# Biographical information about Karl Schumann 1835-1910



## ttleeds (Jul 4, 2018)

Can anyone point to sources of biographical information about the composer Karl (or Carl) Schumann 1835-1910? He is credited with 3 string quartets and the string piece 'Sommerlust' on IMSLP, but I have been unable to find any information about him in either the Grove Dictionary or MGG.


----------



## Guest (Jul 4, 2018)

Well, IMSLP has a 'category talk:' page asking whether there is much more information on Karl Schumann as well.

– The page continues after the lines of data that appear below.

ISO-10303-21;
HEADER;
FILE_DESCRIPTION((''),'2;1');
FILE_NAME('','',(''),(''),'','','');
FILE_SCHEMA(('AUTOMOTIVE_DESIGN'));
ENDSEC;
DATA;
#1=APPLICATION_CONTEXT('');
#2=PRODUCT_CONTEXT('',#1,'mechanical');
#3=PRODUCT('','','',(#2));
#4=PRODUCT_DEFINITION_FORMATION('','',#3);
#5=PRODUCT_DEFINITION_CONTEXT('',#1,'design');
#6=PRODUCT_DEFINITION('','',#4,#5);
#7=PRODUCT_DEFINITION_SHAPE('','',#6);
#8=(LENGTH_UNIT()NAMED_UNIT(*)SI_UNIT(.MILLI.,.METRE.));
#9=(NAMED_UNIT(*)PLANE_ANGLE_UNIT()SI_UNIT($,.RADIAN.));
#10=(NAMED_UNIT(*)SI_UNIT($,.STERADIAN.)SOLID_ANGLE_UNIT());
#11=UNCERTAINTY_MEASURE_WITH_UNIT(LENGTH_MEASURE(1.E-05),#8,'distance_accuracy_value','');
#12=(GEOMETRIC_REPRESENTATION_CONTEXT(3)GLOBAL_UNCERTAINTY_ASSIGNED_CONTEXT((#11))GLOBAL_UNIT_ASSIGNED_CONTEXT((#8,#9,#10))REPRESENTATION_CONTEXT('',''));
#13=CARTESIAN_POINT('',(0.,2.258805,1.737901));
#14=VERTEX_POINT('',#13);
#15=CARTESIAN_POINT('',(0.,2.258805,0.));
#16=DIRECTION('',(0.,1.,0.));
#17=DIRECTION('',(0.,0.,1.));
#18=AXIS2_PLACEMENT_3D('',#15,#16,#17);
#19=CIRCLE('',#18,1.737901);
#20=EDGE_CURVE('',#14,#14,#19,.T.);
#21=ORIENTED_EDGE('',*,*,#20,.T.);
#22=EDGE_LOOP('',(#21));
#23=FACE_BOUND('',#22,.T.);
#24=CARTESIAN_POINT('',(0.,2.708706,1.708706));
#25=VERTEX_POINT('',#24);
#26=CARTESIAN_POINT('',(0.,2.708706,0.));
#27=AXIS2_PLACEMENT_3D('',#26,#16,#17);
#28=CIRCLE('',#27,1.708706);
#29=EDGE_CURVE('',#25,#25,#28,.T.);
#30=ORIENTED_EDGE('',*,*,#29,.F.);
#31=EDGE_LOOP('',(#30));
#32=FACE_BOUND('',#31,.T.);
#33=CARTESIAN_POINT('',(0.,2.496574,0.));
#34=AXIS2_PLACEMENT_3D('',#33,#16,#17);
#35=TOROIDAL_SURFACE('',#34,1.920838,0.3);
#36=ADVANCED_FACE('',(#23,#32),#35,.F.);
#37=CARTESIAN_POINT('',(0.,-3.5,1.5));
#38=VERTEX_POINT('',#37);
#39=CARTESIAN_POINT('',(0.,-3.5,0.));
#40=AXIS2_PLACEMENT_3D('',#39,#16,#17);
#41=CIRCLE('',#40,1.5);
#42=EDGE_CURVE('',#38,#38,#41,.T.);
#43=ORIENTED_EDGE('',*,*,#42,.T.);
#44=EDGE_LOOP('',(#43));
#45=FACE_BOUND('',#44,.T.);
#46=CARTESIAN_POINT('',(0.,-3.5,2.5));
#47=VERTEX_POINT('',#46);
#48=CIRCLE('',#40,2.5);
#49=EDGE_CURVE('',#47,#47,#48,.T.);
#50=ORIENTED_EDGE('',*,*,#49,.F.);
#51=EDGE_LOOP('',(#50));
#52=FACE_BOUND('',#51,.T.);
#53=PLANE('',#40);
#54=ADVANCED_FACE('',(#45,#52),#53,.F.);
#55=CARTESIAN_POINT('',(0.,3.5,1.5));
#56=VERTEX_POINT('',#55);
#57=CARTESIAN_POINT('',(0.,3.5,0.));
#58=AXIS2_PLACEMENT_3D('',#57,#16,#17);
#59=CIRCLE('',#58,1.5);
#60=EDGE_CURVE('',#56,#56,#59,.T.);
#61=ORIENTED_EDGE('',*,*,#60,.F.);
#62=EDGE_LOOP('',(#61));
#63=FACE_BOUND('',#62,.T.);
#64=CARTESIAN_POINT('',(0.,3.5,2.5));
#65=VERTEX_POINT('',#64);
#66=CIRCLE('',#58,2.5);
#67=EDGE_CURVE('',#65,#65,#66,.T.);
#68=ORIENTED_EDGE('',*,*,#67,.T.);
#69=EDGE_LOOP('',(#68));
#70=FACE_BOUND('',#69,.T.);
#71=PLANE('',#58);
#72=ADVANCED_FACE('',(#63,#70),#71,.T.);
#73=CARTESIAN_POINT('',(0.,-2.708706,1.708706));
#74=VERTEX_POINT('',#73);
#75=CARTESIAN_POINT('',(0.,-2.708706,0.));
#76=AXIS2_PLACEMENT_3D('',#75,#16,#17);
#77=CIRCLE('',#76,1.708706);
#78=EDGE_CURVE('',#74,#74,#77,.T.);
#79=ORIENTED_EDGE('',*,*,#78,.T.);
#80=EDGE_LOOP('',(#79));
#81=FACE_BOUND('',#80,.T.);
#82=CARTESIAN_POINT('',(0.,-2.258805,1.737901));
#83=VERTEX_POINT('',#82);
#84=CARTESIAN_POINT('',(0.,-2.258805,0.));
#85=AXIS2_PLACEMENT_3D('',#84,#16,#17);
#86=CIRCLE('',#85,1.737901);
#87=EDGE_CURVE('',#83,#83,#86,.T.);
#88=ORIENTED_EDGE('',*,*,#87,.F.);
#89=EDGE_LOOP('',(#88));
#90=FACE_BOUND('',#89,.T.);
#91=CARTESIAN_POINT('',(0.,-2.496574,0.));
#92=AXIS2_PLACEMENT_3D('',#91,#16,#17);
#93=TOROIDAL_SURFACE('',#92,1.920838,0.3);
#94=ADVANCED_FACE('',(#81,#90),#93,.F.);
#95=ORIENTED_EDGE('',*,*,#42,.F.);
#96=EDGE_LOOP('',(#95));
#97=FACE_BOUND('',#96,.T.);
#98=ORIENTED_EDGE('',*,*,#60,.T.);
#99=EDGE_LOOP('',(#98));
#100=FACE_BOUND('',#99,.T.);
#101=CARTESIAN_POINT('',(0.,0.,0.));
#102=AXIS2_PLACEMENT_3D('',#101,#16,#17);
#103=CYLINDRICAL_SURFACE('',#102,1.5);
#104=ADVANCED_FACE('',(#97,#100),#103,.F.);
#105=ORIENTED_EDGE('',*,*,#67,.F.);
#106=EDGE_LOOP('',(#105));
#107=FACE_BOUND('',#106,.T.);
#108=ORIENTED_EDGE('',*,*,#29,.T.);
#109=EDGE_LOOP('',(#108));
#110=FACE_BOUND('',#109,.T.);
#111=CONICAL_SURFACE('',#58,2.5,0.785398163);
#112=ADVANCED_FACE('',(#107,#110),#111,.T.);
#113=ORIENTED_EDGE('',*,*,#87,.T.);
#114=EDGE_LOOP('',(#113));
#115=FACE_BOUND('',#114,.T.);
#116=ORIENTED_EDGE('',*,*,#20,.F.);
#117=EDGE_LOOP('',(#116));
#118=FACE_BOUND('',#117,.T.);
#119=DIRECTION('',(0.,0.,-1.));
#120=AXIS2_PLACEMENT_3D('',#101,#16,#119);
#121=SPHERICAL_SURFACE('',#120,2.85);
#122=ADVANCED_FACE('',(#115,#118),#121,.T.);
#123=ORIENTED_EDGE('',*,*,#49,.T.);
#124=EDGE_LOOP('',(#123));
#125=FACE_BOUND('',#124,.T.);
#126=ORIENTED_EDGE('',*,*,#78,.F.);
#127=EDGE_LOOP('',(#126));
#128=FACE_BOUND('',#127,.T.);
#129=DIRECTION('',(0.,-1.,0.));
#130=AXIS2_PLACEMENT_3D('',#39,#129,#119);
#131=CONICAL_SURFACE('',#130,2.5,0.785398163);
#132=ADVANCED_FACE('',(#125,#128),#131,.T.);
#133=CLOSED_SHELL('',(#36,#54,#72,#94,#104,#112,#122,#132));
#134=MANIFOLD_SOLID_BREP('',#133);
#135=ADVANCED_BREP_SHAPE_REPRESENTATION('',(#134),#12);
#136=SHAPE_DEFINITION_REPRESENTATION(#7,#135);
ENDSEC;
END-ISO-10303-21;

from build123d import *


with BuildPart() as part:
    # Эскиз1 → Повернуть1 (revolve)
    with BuildSketch(Plane(origin=(0, 0, 0), x_dir=(0, 0, -1), z_dir=(1, 0, 0))):
        with BuildLine():
            Line((2.5, 3.5), (1.5, 3.5))
            Line((1.5, 3.5), (1.5, -3.5))
            Line((1.5, -3.5), (2.5, -3.5))
            Line((2.5, -3.5), (1.708705964, -2.708705964))
            ThreePointArc((1.708705964, -2.708705964), (1.621467661, -2.477147118), (1.737901046, -2.258804984))
            ThreePointArc((1.737901046, -2.258804984), (2.85, 0), (1.737901046, 2.258804984))
            ThreePointArc((1.737901046, 2.258804984), (1.621467661, 2.477147118), (1.708705964, 2.708705964))
            Line((1.708705964, 2.708705964), (2.5, 3.5))
        make_face()
    revolve(axis=Axis((0, 0, 0), (0, -1, 0)))


solid = part.part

Apparently he has an entry in the Macmillan Encyclopedia saying he was a 'cantor, cathedral organist and composer.' My best guess is that his church job was his main thing and he was just another example of someone whose compositions were ultimately not glorified in public concerts and by critics to the extent that other 19th century composers were.


----------



## ttleeds (Jul 4, 2018)

Thanks for that information.


----------



## BiscuityBoyle (Feb 5, 2018)

Any relation to the famous composer?


----------



## brianvds (May 1, 2013)

BiscuityBoyle said:


> Any relation to the famous composer?


I was wondering myself, but can't get any information about it anywhere.


----------



## Guest (Jul 6, 2018)

I think I read somewhere that Robert had a brother called Karl, but this ain't him.


----------